You can see Ruby’s handcrafted ceramics, and work by other local and regional artists, at Ross Creek Gallery , a light-filled space surrounded by serene bushland, across from the mudbrick house her parents built in the 1980s. A 10-minute drive from Ballarat, it’s a tangible link to the region’s well-established craft traditions.

How Ballarat is preserving the past

artisans making crafts at the Centre for Rare Arts and Forgotten Trades, Ballarat
The Centre for Rare Arts & Forgotten Trades holds workshops to preserve crafts and skills.

While tradition is ongoing, there’s a danger that many of these specific type of skills and knowledge are fading as an older generation passes on. Step forward the Centre for Rare Arts and Forgotten Trades .

The seven purpose-built studios occupy a fabulous modern building adjacent to Sovereign Hill, with state-of-the-art facilities, enormous windows and landscape views across to Warrenheip and Wadawurrung Country.

artisanal works at the Centre for Rare Arts and Forgotten Trades, Ballarat
Check out artisanal works at the Centre for Rare Arts and Forgotten Trades.

Practising artisans run hands-on workshops. Fancy making your own medieval armour? Or trying your hand at blacksmithing, spinning wool, plaiting leather, weaving cane or craft a knife? Book a class and learn how. “It’s about creating awareness and also sharing knowledge and skills before they are lost,” explains Deborah Klein, the centre manager.

A city steeped in food and flavours

Chef José Fernandez preparing American streetfood at Pancho
Chef José Fernandez creates vibrant South American street food at Pancho. (Image: Ballarat Tourism)
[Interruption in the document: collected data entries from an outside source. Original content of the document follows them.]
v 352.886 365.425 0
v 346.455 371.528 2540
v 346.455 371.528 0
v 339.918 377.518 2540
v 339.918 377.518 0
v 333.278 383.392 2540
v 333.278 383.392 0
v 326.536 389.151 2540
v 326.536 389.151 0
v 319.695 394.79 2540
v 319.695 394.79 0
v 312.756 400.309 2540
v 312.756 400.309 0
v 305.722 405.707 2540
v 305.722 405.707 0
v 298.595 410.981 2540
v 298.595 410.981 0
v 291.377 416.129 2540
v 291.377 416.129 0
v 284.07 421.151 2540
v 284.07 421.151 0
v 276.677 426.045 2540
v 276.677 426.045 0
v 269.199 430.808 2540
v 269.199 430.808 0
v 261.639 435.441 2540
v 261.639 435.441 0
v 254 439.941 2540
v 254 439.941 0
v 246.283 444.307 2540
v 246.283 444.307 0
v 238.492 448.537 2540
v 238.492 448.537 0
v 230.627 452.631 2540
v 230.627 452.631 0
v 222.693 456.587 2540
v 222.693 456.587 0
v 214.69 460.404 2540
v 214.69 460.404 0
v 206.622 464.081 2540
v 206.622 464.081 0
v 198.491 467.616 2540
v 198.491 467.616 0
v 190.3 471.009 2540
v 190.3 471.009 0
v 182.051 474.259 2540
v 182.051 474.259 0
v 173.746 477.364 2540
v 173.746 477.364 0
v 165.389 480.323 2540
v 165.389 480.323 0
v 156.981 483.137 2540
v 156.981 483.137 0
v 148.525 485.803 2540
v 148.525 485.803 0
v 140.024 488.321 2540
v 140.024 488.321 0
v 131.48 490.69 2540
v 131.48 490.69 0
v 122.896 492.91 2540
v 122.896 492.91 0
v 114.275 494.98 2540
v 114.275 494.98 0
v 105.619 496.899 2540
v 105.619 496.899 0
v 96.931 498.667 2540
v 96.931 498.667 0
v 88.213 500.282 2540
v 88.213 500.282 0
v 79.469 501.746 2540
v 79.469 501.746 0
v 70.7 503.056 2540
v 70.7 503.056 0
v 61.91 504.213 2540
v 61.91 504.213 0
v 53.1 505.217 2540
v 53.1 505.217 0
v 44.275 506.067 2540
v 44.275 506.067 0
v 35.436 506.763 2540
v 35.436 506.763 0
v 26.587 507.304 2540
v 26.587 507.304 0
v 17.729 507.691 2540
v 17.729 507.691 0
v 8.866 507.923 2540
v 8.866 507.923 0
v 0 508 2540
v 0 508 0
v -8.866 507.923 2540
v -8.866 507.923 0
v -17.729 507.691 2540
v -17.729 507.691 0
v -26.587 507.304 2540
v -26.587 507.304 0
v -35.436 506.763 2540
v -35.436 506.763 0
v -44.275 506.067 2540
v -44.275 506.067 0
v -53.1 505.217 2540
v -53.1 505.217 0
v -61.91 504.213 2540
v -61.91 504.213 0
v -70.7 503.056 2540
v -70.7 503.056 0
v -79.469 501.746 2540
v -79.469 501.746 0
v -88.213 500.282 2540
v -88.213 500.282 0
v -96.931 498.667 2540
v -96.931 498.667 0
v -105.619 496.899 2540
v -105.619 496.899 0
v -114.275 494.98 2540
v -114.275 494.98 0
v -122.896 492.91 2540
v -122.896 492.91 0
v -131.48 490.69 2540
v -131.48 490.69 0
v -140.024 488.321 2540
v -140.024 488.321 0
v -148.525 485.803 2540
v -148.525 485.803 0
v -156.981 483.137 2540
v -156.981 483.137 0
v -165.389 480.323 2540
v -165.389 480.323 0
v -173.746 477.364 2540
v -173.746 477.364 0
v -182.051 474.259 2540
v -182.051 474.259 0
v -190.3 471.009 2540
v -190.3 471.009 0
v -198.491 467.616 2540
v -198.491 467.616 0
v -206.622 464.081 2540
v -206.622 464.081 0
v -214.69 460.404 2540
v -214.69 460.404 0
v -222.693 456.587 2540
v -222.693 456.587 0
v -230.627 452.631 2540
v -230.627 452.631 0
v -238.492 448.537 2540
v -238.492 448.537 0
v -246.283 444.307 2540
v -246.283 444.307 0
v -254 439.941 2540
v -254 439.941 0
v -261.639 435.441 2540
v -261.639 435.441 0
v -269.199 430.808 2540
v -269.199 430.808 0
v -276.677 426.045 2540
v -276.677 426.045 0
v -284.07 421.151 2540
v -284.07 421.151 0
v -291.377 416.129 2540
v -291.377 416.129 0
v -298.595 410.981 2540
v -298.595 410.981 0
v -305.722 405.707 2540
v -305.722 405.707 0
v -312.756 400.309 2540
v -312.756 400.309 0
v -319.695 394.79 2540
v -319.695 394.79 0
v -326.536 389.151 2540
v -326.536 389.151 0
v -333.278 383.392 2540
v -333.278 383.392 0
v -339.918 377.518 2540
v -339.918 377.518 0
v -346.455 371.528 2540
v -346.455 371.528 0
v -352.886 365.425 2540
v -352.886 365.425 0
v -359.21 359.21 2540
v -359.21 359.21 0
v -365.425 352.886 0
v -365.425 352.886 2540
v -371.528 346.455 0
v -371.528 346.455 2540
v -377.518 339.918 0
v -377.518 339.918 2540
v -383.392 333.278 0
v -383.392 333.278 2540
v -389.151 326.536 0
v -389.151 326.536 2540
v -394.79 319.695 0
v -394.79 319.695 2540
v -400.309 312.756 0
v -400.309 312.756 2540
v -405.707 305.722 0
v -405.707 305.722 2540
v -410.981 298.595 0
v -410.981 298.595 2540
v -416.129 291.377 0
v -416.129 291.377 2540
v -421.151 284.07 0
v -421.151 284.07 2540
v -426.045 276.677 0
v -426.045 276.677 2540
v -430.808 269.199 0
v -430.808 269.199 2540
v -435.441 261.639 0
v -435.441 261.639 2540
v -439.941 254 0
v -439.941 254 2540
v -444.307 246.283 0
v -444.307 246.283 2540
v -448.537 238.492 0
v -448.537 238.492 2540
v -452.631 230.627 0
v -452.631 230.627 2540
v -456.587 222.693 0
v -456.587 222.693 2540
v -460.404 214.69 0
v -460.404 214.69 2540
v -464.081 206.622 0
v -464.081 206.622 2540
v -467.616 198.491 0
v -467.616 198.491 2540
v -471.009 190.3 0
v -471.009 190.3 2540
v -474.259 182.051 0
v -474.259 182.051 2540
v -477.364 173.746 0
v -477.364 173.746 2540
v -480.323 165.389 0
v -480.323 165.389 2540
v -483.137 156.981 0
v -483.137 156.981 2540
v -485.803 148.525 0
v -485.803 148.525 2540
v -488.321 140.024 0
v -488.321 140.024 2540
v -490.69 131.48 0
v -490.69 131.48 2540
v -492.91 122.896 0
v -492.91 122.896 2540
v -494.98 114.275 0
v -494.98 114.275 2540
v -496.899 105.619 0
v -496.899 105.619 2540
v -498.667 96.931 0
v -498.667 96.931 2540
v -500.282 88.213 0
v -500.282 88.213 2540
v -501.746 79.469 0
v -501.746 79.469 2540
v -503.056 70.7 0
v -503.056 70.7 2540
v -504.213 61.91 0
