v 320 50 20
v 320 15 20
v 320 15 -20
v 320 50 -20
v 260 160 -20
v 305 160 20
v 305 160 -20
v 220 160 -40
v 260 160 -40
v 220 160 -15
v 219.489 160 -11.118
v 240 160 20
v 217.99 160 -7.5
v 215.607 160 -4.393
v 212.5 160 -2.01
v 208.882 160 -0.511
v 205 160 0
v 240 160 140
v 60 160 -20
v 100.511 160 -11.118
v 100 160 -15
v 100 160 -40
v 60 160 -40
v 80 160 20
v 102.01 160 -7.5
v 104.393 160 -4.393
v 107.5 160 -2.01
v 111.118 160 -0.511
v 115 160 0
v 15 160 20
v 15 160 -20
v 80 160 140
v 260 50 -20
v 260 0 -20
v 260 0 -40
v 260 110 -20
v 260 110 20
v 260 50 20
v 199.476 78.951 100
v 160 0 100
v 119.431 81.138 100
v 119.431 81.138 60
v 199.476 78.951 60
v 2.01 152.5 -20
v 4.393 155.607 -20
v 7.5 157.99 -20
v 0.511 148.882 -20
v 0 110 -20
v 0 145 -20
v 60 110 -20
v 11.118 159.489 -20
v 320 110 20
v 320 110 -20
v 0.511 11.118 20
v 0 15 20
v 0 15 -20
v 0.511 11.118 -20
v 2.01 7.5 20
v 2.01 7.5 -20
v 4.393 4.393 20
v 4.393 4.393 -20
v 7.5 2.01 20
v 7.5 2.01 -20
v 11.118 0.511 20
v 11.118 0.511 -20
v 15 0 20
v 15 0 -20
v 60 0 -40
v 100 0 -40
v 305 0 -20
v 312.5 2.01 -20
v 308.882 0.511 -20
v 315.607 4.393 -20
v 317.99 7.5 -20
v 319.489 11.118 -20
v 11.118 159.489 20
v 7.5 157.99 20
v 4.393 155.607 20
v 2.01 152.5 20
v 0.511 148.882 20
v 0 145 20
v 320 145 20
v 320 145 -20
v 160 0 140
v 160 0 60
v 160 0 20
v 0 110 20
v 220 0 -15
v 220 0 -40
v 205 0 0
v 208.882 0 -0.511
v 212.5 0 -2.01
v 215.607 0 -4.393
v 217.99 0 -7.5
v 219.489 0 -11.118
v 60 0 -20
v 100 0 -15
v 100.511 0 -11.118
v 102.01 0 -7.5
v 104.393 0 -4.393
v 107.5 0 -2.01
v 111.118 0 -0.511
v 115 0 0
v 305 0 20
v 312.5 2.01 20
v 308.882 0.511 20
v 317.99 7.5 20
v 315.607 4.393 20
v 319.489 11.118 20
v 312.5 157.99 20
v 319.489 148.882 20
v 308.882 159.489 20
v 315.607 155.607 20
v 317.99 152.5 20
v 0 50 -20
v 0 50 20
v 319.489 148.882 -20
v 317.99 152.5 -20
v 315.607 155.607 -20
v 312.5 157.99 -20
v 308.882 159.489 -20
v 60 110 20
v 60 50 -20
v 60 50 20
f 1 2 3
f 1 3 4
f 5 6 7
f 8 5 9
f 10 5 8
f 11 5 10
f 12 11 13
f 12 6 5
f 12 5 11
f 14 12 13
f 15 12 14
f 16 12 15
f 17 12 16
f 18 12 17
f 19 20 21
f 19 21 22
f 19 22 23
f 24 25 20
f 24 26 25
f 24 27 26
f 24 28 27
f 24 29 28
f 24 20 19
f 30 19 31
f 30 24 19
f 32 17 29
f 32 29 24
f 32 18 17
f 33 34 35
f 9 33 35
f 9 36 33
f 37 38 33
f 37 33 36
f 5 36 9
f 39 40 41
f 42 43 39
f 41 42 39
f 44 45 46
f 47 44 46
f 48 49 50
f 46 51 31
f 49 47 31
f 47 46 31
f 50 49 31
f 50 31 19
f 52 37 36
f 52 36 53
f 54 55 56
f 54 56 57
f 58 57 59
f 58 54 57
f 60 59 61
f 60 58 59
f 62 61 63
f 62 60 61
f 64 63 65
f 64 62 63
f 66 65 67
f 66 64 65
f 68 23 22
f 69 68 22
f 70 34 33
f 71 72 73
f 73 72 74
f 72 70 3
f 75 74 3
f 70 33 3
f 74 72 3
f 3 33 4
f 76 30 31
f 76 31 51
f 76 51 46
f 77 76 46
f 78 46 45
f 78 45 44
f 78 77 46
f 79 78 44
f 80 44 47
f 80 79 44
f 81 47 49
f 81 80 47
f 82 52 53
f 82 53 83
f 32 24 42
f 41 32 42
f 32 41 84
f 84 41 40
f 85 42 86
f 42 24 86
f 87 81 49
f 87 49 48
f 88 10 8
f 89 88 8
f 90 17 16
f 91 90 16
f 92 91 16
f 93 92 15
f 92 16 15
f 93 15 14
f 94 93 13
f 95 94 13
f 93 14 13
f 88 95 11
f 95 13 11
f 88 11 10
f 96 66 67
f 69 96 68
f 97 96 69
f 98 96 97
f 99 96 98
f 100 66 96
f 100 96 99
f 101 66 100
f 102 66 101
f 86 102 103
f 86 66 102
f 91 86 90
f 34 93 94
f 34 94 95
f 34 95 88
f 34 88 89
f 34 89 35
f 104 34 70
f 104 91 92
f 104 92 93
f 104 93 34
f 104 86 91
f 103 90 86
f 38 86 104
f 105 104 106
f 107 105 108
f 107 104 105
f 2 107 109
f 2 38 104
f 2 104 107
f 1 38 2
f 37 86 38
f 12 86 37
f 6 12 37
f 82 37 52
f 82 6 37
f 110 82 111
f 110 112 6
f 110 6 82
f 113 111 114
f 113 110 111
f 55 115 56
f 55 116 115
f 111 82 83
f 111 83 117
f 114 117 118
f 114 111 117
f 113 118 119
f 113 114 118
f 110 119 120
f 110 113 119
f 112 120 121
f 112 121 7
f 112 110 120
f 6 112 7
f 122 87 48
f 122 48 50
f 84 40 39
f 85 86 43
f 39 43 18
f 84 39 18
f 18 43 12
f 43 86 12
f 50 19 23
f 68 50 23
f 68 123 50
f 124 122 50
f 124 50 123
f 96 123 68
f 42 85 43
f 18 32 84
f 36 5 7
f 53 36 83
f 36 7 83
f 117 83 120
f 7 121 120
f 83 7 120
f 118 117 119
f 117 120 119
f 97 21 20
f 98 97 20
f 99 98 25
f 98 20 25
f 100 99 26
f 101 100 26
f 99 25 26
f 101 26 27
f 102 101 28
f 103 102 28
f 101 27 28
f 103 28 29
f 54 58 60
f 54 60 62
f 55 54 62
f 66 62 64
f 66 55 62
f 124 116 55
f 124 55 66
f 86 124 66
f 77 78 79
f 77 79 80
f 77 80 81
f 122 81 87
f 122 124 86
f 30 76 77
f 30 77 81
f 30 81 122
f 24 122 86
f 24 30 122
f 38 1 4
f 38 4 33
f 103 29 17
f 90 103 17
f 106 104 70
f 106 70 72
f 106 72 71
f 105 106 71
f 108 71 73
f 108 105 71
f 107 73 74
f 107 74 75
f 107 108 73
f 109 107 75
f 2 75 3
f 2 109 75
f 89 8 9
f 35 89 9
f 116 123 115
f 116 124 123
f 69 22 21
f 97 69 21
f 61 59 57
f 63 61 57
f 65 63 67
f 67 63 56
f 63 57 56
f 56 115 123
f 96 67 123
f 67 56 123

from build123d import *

# Parameters (mm, degrees)
F1_DEPTH       = 20
F3_DEPTH       = 120
F5_DEPTH       = 40
F7_DEPTH       = 160.001
F9_W           = 80
F9_H           = 40
F10_DEPTH      = 159.941314
F10_DEPTH_BACK = 164.311218


with BuildPart() as f1:
    # F0 (on Top) → F1 (new body, symmetric)
    with BuildSketch(Plane.XY):
        with BuildLine():
            Line((0, 50), (0, 15))
            ThreePointArc((0, 15), (4.393398, 4.393398), (15, 0))
            Line((15, 0), (305, 0))
            ThreePointArc((305, 0), (315.606602, 4.393398), (320, 15))
            Line((320, 15), (320, 50))
            Line((320, 50), (260, 50))
            Line((260, 50), (260, 110))
            Line((260, 110), (320, 110))
            Line((320, 110), (320, 145))
            ThreePointArc((320, 145), (315.606602, 155.606602), (305, 160))
            Line((305, 160), (240, 160))
            Line((240, 160), (80, 160))
            Line((80, 160), (15, 160))
            ThreePointArc((15, 160), (4.393398, 155.606602), (0, 145))
            Line((0, 145), (0, 110))
            Line((0, 110), (60, 110))
            Line((60, 110), (60, 50))
            Line((60, 50), (0, 50))
        make_face()
    extrude(amount=F1_DEPTH, both=True)

    # F2 (on face) → F3 (join)
    with BuildSketch(Plane.XY.offset(20)):
        Polygon((240, 160), (160, 160), (80, 160), (160, 0), align=None)
    extrude(amount=F3_DEPTH)

    # F4 (on face) → F5 (join)
    with BuildSketch(Plane.XY):
        Polygon((60, 50), (60, 0), (260, 0), (260, 50), (260, 110), (260, 160), (240, 160), (80, 160), (60, 160), (60, 110), align=None)
    extrude(amount=-F5_DEPTH)

    # F6 (on face) → F7 (cut, through all)
    with BuildSketch(Plane(origin=(0, 160, 0), x_dir=(-1, 0, 0), z_dir=(0, 1, 0))):
        with BuildLine():
            Line((-220, -40), (-100, -40))
            Line((-100, -40), (-100, -15))
            ThreePointArc((-100, -15), (-104.393398, -4.393398), (-115, 0))
            Line((-115, 0), (-205, 0))
            ThreePointArc((-205, 0), (-215.606602, -4.393398), (-220, -15))
            Line((-220, -15), (-220, -40))
        make_face()
    extrude(amount=-F7_DEPTH, mode=Mode.SUBTRACT)

    # F9 (on face) → F10 (cut, two sides)
    with BuildSketch(Plane(origin=(159.88065, -4.368274, 0), x_dir=(0.027312, 0.999627, 0), z_dir=(0.999627, -0.027312, 0))) as f10_sk:
        with Locations((44.369904, 80)):
            Rectangle(F9_W, F9_H)
    extrude(amount=F10_DEPTH, mode=Mode.SUBTRACT)
    extrude(f10_sk.sketch, amount=-F10_DEPTH_BACK, mode=Mode.SUBTRACT)


solid = f1.part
One skill that hasn’t been lost is that of cooking. Ballarat’s burgeoning gastronomy scene runs the gamut from an artisan bakery (the atmospheric 1816 Bakehouse) to cool coffee shops, speakeasy cocktail bars and distilleries to fine-dining venues. But I’m still surprised to find Pancho , José Fernandez’s South American street food restaurant, serving fried cheese tequeños, fiery fish tacos, Argentinian grilled chicken.

The room is as lively as the food – a whirl of colour filled with gifted and thrifted paintings, photos, tchotchkes (trinkets), plants. There’s a Mexican abuela aesthetic going on here. Even before the music and mezcal kick in, it’s fun. Heads up on the drinks menu – an authentic selection of mezcal, tequila, South American wines and Mexican cerveza.

a cocktail at Itinerant Spirits, Ballarat
Enjoy a cocktail at Itinerant Spirits. (Image: Ballarat Tourism)

The spirit is willing, so after lunch we head towards the gold rush-era Ballarat train station and across the line to the old 1860s Goods Shed for Itinerant Spirits . At one end, a massive German copper still looms behind a wall of glass. The fit-out embraces deep olive-green tones, original bluestone walls, steamer trunks as coffee tables, heritage timber floors, oversized lamp shades and cognac-hued modernist leather seating.

the Itinerant Spirits Distillery & Cocktail Bar, Ballarat
The distillery operates from an old goods shed. (Image: Ballarat Tourism)

Gallivanter Gin, Vansetter Vodka and Wayfarer Whiskey – the key spirits distilled – star at the bar. The spirits are crafted using grains from the Wimmera Mallee region, and native botanicals foraged in the Grampians. Seasonal cocktails are inspired by local people and places (I loved The Headland, inspired by Sovereign Hill and flavoured with old-fashioned raspberry drops). Sample the spirits, and join a cocktail masterclass or a distillery tour. It’s a seductive setting – you’ll likely find yourself ordering a charcuterie platter or pizza as the evening progresses.

The Ballarat stay combining history and luxury

one of the rooms at Hotel Vera, Ballarat
The rooms at Hotel Vera have a contemporary style. (Image: Ballarat Tourism)

New lives for old buildings keeps history alive. Vera, Ballarat’s boutique five-star hotel, has taken it to the next level: it’s a palimpsest, a subtle layering of early 1900s and 1930s Art Deco architecture with a sleek new wing. There are seven spacious suites, each a dramatically different colour, with designer chairs, blissful bathrooms. High-end pottery and hand-picked artworks imbue the spaces with personality.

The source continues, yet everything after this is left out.